BookMark: Thought for the day

The BookMark blog offers a personal perspective on life from a 49-year old who lives in the Cambridgeshire Fens and works in London.

Wednesday, October 17, 2007

Keeping it in perspective

Our son, Sam, came home from school this afternoon and showed me his art book. He is at Soham Village College and wasn't keen on the art teacher last year who just loved himself soooooh much. He isn't much better this year but at least they're doing some interesting things.

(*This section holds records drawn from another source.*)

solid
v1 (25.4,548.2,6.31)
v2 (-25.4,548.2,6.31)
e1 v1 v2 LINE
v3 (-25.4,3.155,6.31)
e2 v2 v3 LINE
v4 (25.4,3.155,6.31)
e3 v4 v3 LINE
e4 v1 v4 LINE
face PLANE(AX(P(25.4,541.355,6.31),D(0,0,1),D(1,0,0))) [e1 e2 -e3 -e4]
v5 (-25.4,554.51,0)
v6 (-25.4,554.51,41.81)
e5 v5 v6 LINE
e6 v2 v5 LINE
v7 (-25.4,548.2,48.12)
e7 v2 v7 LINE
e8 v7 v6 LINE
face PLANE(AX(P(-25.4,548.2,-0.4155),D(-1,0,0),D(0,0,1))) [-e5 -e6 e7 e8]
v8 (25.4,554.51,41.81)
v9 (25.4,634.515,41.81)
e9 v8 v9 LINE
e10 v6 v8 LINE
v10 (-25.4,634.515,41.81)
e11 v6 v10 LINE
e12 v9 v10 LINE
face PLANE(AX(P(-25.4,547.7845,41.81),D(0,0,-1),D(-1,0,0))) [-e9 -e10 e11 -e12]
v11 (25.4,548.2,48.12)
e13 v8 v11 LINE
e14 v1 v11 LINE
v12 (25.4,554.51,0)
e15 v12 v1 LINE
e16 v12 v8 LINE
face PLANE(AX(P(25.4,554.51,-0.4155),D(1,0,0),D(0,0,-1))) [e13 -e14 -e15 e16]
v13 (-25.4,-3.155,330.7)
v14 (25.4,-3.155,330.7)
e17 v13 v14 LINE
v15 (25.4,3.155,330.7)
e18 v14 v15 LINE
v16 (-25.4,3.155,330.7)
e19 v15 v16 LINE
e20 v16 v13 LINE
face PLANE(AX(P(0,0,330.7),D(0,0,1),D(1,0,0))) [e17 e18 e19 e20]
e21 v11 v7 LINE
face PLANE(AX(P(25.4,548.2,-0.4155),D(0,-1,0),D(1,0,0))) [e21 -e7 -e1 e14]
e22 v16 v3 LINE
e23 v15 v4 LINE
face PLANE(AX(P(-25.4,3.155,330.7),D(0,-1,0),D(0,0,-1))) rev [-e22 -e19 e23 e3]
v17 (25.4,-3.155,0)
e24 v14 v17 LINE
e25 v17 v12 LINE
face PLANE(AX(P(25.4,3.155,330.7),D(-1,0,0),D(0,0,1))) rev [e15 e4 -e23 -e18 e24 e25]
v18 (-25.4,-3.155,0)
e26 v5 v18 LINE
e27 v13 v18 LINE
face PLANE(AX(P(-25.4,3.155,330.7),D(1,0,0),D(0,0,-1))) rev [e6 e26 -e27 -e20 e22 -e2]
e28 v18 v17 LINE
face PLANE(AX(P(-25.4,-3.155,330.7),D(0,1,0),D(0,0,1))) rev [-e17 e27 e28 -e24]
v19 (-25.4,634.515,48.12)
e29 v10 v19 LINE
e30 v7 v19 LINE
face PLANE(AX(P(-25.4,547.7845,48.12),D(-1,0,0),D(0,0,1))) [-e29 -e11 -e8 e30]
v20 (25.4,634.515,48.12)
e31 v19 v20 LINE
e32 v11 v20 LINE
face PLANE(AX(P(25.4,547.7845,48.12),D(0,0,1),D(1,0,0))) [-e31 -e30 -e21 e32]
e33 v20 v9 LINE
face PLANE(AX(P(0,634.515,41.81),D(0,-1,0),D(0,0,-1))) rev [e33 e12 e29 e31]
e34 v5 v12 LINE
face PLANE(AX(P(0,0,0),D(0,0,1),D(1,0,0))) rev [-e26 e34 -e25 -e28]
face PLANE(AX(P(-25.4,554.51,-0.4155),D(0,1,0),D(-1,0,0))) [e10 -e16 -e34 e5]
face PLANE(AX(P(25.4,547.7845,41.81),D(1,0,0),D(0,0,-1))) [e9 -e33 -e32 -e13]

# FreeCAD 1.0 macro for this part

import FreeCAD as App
import Part
import Sketcher

V = App.Vector


def add_polygon(sketch, points):
    """Adds a closed chain of lines whose ends are joined by coincident constraints."""
    first, n = sketch.GeometryCount, len(points)
    for a, b in zip(points, points[1:] + points[:1]):
        sketch.addGeometry(Part.LineSegment(App.Vector(*a, 0), App.Vector(*b, 0)), False)
    for i in range(n):
        sketch.addConstraint(Sketcher.Constraint("Coincident", first + i, 2, first + (i + 1) % n, 1))

doc = App.newDocument("Part")
params = doc.addObject("Spreadsheet::Sheet", "Params")
for row, (alias, value) in enumerate([
    ("sketch1_width", "50.8 mm"),
    ("sketch1_height", "6.31 mm"),
    ("pad1_length", "330.7 mm"),
    ("sketch2_width", "50.8 mm"),
    ("sketch2_height", "6.31 mm"),
    ("pad2_length", "544.51 mm"),
    ("sketch3_width", "50.8 mm"),
    ("sketch3_height", "6.31 mm"),
    ("sketch4_width", "10 mm"),
    ("sketch4_width2", "83.16 mm"),
    ("sketch4_height", "41.81 mm"),
], start=1):
    params.set(f"A{row}", alias)
    params.set(f"B{row}", "=" + value)
    params.setAlias(f"B{row}", alias)

body = doc.addObject("PartDesign::Body", "Body")

sketch1 = body.newObject("Sketcher::SketchObject", "Sketch")
sketch1.AttachmentSupport = (doc.getObject("XY_Plane"), [""])
sketch1.MapMode = "FlatFace"
add_polygon(sketch1, [(-25, 3), (-25, -3), (25, -3), (25, 3)])
sketch1.addConstraint(Sketcher.Constraint("Vertical", 0))
sketch1.addConstraint(Sketcher.Constraint("Horizontal", 1))
sketch1.addConstraint(Sketcher.Constraint("Vertical", 2))
sketch1.addConstraint(Sketcher.Constraint("Horizontal", 3))
sketch1.addConstraint(Sketcher.Constraint("Symmetric", 0, 2, 2, 2, -1, 1))
sketch1.addConstraint(Sketcher.Constraint("DistanceX", 1, 1, 1, 2, 50.8))
sketch1.addConstraint(Sketcher.Constraint("DistanceY", 0, 2, 0, 1, 6.31))
sketch1.setExpression("Constraints[9]", "Params.sketch1_width")
sketch1.setExpression("Constraints[10]", "Params.sketch1_height")
pad1 = body.newObject("PartDesign::Pad", "Pad")
pad1.Profile = sketch1
pad1.setExpression("Length", "Params.pad1_length")

sketch2 = body.newObject("Sketcher::SketchObject", "Sketch001")
sketch2.AttachmentSupport = (doc.getObject("XZ_Plane"), [""])
sketch2.MapMode = "FlatFace"
sketch2.AttachmentOffset = App.Placement(V(0, 0, 3.155), App.Rotation())
add_polygon(sketch2, [(-25, 6), (-25, 0), (25, 0), (25, 6)])
sketch2.addConstraint(Sketcher.Constraint("Vertical", 0))
sketch2.addConstraint(Sketcher.Constraint("Horizontal", 1))
sketch2.addConstraint(Sketcher.Constraint("Vertical", 2))
sketch2.addConstraint(Sketcher.Constraint("Horizontal", 3))
sketch2.addConstraint(Sketcher.Constraint("Symmetric", 0, 2, 1, 2, -1, 1))
sketch2.addConstraint(Sketcher.Constraint("DistanceX", 1, 1, 1, 2, 50.8))
sketch2.addConstraint(Sketcher.Constraint("DistanceY", 0, 2, 0, 1, 6.31))
sketch2.setExpression("Constraints[9]", "Params.sketch2_width")
sketch2.setExpression("Constraints[10]", "Params.sketch2_height")
pad2 = body.newObject("PartDesign::Pad", "Pad001")
pad2.Profile = sketch2
pad2.setExpression("Length", "Params.pad2_length")
pad2.Reversed = True

sketch3 = body.newObject("Sketcher::SketchObject", "Sketch002")
sketch3.AttachmentSupport = (doc.getObject("XZ_Plane"), [""])
sketch3.MapMode = "FlatFace"
sketch3.AttachmentOffset = App.Placement(V(0, 0, -541.355), App.Rotation())
add_polygon(sketch3, [(-25, 0), (-25, 6), (25, 6), (25, 0)])
sketch3.addConstraint(Sketcher.Constraint("Vertical", 0))
sketch3.addConstraint(Sketcher.Constraint("Horizontal", 1))
sketch3.addConstraint(Sketcher.Constraint("Vertical", 2))
sketch3.addConstraint(Sketcher.Constraint("Horizontal", 3))
sketch3.addConstraint(Sketcher.Constraint("Symmetric", 2, 2, 3, 2, -1, 1))
sketch3.addConstraint(Sketcher.Constraint("DistanceX", 1, 1, 1, 2, 50.8))
sketch3.addConstraint(Sketcher.Constraint("DistanceY", 0, 1, 0, 2, 6.31))
sketch3.setExpression("Constraints[9]", "Params.sketch3_width")
sketch3.setExpression("Constraints[10]", "Params.sketch3_height")

sketch4 = body.newObject("Sketcher::SketchObject", "Sketch003")
sketch4.AttachmentSupport = (doc.getObject("YZ_Plane"), [""])
sketch4.MapMode = "FlatFace"
sketch4.addGeometry(Part.LineSegment(V(541, 3, 0), V(551, 3, 0)), False)
sketch4.addGeometry(Part.LineSegment(V(551, 3, 0), V(551, 45, 0)), False)
sketch4.addGeometry(Part.LineSegment(V(551, 45, 0), V(635, 45, 0)), False)
sketch4.addConstraint(Sketcher.Constraint("Coincident", 0, 2, 1, 1))
sketch4.addConstraint(Sketcher.Constraint("Coincident", 1, 2, 2, 1))
sketch4.addConstraint(Sketcher.Constraint("Horizontal", 0))
sketch4.addConstraint(Sketcher.Constraint("Vertical", 1))
sketch4.addConstraint(Sketcher.Constraint("Horizontal", 2))
sketch4.addConstraint(Sketcher.Constraint("DistanceX", 0, 1, 0, 2, 10.0))
sketch4.addConstraint(Sketcher.Constraint("DistanceX", 2, 1, 2, 2, 83.16))
sketch4.addConstraint(Sketcher.Constraint("DistanceY", 1, 1, 1, 2, 41.81))
sketch4.addConstraint(Sketcher.Constraint("DistanceX", -1, 1, 0, 1, 541.355))
sketch4.addConstraint(Sketcher.Constraint("DistanceY", -1, 1, 0, 1, 3.155))
sketch4.setExpression("Constraints[5]", "Params.sketch4_width")
sketch4.setExpression("Constraints[6]", "Params.sketch4_width2")
sketch4.setExpression("Constraints[7]", "Params.sketch4_height")
doc.recompute()

additivepipe = body.newObject("PartDesign::AdditivePipe", "AdditivePipe")
additivepipe.Profile = sketch3
additivepipe.Spine = (sketch4, ["Edge1", "Edge2", "Edge3"])
additivepipe.Transition = "Right corner"

doc.recompute()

Today's lesson was all about the different uses of perspective in graphic design. I learned that you can have linear perspective, where, if you used lines, they would all meet at one point if you joined them up; perspective of scale when objects in the foregoround are drawn larger than the same kind of things in the distance; contour perspective when people or objects in the foreground block out or overlap part of the things bheind them; textural perspective where textures such as grass are clear and recognisable in the foreground but fuzzy or less distinct in the distance; finally aerial perspective when artists use paler or bluer colours for objects in the distance.

Not only did I learn more about perspective, it also took me right away from the IPA web loading I've been doing all day and helped me put things in their rightful perspective. Knowledge doesn't and shouldn't be confined to the work you do for money, but it's very easy to fall into a prison trap where the walls of your office are also the limits of your perspective.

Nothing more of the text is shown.